- Available records
=-=-=-=-=

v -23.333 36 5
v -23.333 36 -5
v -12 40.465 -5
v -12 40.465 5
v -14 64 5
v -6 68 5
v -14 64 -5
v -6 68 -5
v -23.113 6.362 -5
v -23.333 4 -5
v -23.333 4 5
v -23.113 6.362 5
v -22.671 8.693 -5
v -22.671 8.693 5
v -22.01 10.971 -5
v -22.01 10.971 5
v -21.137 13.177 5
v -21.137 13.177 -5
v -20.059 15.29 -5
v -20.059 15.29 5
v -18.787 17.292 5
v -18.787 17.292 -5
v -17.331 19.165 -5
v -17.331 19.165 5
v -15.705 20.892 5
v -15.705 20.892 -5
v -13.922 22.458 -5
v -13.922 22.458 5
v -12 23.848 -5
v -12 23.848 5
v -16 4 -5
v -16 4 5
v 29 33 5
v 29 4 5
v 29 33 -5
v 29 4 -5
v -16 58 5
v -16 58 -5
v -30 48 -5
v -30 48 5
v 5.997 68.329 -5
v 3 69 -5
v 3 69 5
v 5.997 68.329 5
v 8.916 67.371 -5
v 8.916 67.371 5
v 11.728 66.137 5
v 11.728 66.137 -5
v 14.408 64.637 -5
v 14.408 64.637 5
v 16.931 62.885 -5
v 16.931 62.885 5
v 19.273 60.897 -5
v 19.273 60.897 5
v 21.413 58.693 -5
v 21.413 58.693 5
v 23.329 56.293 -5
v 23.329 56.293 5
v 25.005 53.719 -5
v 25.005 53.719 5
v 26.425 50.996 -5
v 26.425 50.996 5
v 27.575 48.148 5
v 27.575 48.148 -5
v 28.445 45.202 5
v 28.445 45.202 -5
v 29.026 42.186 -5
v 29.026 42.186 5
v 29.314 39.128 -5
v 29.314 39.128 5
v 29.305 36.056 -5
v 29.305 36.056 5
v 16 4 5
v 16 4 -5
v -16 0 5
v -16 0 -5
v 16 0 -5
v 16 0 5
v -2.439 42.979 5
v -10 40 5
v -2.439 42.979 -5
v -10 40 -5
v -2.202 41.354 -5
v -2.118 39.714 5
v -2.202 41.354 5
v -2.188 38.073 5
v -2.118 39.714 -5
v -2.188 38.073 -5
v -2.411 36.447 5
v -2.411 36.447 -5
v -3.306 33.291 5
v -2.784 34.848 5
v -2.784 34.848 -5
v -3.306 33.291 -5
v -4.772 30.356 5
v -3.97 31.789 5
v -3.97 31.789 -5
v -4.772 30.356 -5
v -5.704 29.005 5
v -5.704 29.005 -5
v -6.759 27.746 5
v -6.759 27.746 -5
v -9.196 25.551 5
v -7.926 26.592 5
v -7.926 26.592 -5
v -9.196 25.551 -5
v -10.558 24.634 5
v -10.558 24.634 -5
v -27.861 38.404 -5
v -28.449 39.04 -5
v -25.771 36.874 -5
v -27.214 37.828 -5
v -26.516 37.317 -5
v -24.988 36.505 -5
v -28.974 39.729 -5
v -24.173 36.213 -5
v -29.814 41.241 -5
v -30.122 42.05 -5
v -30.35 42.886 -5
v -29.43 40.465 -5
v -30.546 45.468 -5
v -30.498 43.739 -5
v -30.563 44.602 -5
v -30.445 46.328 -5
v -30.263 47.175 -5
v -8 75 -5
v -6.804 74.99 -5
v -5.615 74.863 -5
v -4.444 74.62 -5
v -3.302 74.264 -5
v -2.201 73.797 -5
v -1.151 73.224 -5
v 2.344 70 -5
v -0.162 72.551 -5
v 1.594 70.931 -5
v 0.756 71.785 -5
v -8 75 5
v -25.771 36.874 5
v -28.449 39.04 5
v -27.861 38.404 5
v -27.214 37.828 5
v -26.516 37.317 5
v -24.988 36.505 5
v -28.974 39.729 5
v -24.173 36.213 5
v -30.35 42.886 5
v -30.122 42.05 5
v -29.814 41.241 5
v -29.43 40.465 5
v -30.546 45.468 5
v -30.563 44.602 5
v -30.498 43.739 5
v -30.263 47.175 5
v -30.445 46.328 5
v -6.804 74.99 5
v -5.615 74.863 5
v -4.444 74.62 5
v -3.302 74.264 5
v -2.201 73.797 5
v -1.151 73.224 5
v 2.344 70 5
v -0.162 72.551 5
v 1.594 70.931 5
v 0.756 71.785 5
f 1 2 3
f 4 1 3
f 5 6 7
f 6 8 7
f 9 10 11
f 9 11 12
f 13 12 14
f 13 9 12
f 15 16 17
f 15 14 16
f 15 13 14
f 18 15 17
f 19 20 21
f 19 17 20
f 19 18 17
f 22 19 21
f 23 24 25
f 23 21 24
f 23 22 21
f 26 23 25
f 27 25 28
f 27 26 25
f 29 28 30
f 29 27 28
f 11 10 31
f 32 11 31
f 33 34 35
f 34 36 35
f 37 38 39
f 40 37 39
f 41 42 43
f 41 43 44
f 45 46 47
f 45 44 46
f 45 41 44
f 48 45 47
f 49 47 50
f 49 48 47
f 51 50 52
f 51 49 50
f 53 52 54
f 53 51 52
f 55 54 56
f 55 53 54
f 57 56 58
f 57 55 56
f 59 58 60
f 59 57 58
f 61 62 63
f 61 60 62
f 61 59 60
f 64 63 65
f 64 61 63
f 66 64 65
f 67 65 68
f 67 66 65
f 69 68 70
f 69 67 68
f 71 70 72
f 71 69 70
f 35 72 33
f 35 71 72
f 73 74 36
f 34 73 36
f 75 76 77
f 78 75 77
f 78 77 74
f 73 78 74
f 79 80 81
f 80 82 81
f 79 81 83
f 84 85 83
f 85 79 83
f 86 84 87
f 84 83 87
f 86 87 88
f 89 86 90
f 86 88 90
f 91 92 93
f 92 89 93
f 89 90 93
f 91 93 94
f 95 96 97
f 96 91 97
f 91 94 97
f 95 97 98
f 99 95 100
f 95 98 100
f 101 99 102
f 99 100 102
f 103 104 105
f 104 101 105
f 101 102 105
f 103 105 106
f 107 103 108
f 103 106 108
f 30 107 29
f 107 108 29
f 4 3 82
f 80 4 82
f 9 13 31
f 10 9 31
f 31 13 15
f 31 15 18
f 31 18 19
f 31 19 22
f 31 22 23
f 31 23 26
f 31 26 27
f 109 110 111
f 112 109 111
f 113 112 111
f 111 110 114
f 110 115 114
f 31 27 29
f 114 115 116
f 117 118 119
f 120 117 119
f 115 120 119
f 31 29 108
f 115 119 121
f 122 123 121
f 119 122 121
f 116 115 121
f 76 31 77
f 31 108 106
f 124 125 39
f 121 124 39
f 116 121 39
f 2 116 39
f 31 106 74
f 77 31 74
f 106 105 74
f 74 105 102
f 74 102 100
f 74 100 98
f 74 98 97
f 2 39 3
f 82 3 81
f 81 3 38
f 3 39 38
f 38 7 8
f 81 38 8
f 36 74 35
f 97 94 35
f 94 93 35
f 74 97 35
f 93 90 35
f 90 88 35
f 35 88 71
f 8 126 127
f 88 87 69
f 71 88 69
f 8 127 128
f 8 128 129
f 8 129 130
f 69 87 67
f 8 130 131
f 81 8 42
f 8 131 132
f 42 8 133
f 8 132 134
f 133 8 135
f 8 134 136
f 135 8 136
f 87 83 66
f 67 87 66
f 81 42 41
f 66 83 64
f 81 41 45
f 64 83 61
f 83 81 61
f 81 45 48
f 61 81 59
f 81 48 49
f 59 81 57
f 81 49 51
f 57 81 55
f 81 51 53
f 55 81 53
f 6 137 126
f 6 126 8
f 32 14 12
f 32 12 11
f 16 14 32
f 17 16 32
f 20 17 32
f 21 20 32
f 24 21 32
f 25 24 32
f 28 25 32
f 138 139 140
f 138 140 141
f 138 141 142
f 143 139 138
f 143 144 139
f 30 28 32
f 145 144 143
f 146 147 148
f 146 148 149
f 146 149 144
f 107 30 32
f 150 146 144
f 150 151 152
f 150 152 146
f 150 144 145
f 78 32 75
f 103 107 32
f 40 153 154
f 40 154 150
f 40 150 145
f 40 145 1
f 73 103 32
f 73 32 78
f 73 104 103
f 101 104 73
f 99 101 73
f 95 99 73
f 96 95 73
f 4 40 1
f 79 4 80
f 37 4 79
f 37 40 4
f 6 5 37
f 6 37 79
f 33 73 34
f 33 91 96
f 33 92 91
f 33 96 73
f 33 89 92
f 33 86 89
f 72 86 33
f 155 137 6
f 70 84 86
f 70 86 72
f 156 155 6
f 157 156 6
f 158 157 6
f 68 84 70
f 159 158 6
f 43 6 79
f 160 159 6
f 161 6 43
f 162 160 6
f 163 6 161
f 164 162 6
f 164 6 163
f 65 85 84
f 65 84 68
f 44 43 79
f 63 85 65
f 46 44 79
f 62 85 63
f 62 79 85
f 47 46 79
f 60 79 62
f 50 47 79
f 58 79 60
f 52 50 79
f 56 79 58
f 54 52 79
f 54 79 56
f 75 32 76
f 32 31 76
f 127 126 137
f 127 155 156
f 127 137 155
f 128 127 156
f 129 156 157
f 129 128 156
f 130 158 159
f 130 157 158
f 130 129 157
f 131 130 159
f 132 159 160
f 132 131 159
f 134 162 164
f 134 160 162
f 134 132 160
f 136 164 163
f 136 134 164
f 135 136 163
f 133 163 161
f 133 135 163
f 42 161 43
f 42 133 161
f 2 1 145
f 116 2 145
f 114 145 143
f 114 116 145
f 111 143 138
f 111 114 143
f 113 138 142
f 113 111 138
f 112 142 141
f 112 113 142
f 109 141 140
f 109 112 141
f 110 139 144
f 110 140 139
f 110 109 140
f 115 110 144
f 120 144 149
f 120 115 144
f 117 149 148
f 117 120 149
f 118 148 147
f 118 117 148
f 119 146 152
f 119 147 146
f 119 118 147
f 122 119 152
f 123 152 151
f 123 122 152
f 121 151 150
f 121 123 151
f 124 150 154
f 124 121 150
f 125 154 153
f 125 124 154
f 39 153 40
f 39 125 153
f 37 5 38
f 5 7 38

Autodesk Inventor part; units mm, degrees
ref_plane "YZ Plane" through (0, 0, 0) normal (1, 0, 0) x (0, 1, 0)
ref_plane "XZ Plane" through (0, 0, 0) normal (0, 1, 0) x (-1, 0, 0)
ref_plane "XY Plane" through (0, 0, 0) normal (0, 0, 1) x (1, 0, 0)
sketch "Boceto1" plane through (0, 0, 0) normal (0, 0, 1) x (1, 0, 0)
  line L0 (-70.4693, 87.7725) -> (72.3878, 87.7725) construction
  line L1 (72.3878, 87.7725) -> (72.3878, -52.7037) construction
  line L2 (72.3878, -52.7037) -> (-70.4693, -52.7037) construction
  line L3 (-70.4693, -52.7037) -> (-70.4693, 87.7725) construction
  line L4 (-16, 0) -> (16, 0)
  line L5 (16, 0) -> (16, 4)
  line L6 (16, 4) -> (29, 4)
  line L7 (29, 4) -> (29, 33)
  arc A0 (29, 33) -> (3, 69) centre (-2.439, 37.6829) ccw
  arc A1 (3, 69) -> (-8, 75) centre (-7.5, 62.8333) ccw
  line L8 (-8, 75) -> (-6, 68)
  line L9 (-6, 68) -> (-14, 64)
  line L10 (-14, 64) -> (-16, 58)
  line L11 (-16, 58) -> (-30, 48)
  arc A2 (-30, 48) -> (-23.3333, 36) centre (-21.5351, 44.8509) ccw
  line L12 (-23.3333, 36) -> (-12, 40.4647)
  line L13 (-12, 40.4647) -> (-10, 40)
  line L14 (-10, 40) -> (-2.439, 42.9786)
  arc A3 (-12, 23.8479) -> (-2.439, 42.9786) centre (-19.6735, 39.6374) ccw
  arc A4 (-12, 23.8479) -> (-23.3333, 4) centre (1.7175, 2.8554) ccw
  line L15 (-23.3333, 4) -> (-16, 4)
  line L16 (-16, 4) -> (-16, 0)
  point P0 (0, 0)
extrude "Extrusión1" add sketch "Boceto1" along normal mid plane 10
properties part number "KIGTH TOP 1.0"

=-=-=-=-=

In the data above, which lines lie between the line with "f 117 149 148" and the line with "f 39 125 153", inclusive? Print those lines exactly and nothing else.

f 117 149 148
f 117 120 149
f 118 148 147
f 118 117 148
f 119 146 152
f 119 147 146
f 119 118 147
f 122 119 152
f 123 152 151
f 123 122 152
f 121 151 150
f 121 123 151
f 124 150 154
f 124 121 150
f 125 154 153
f 125 124 154
f 39 153 40
f 39 125 153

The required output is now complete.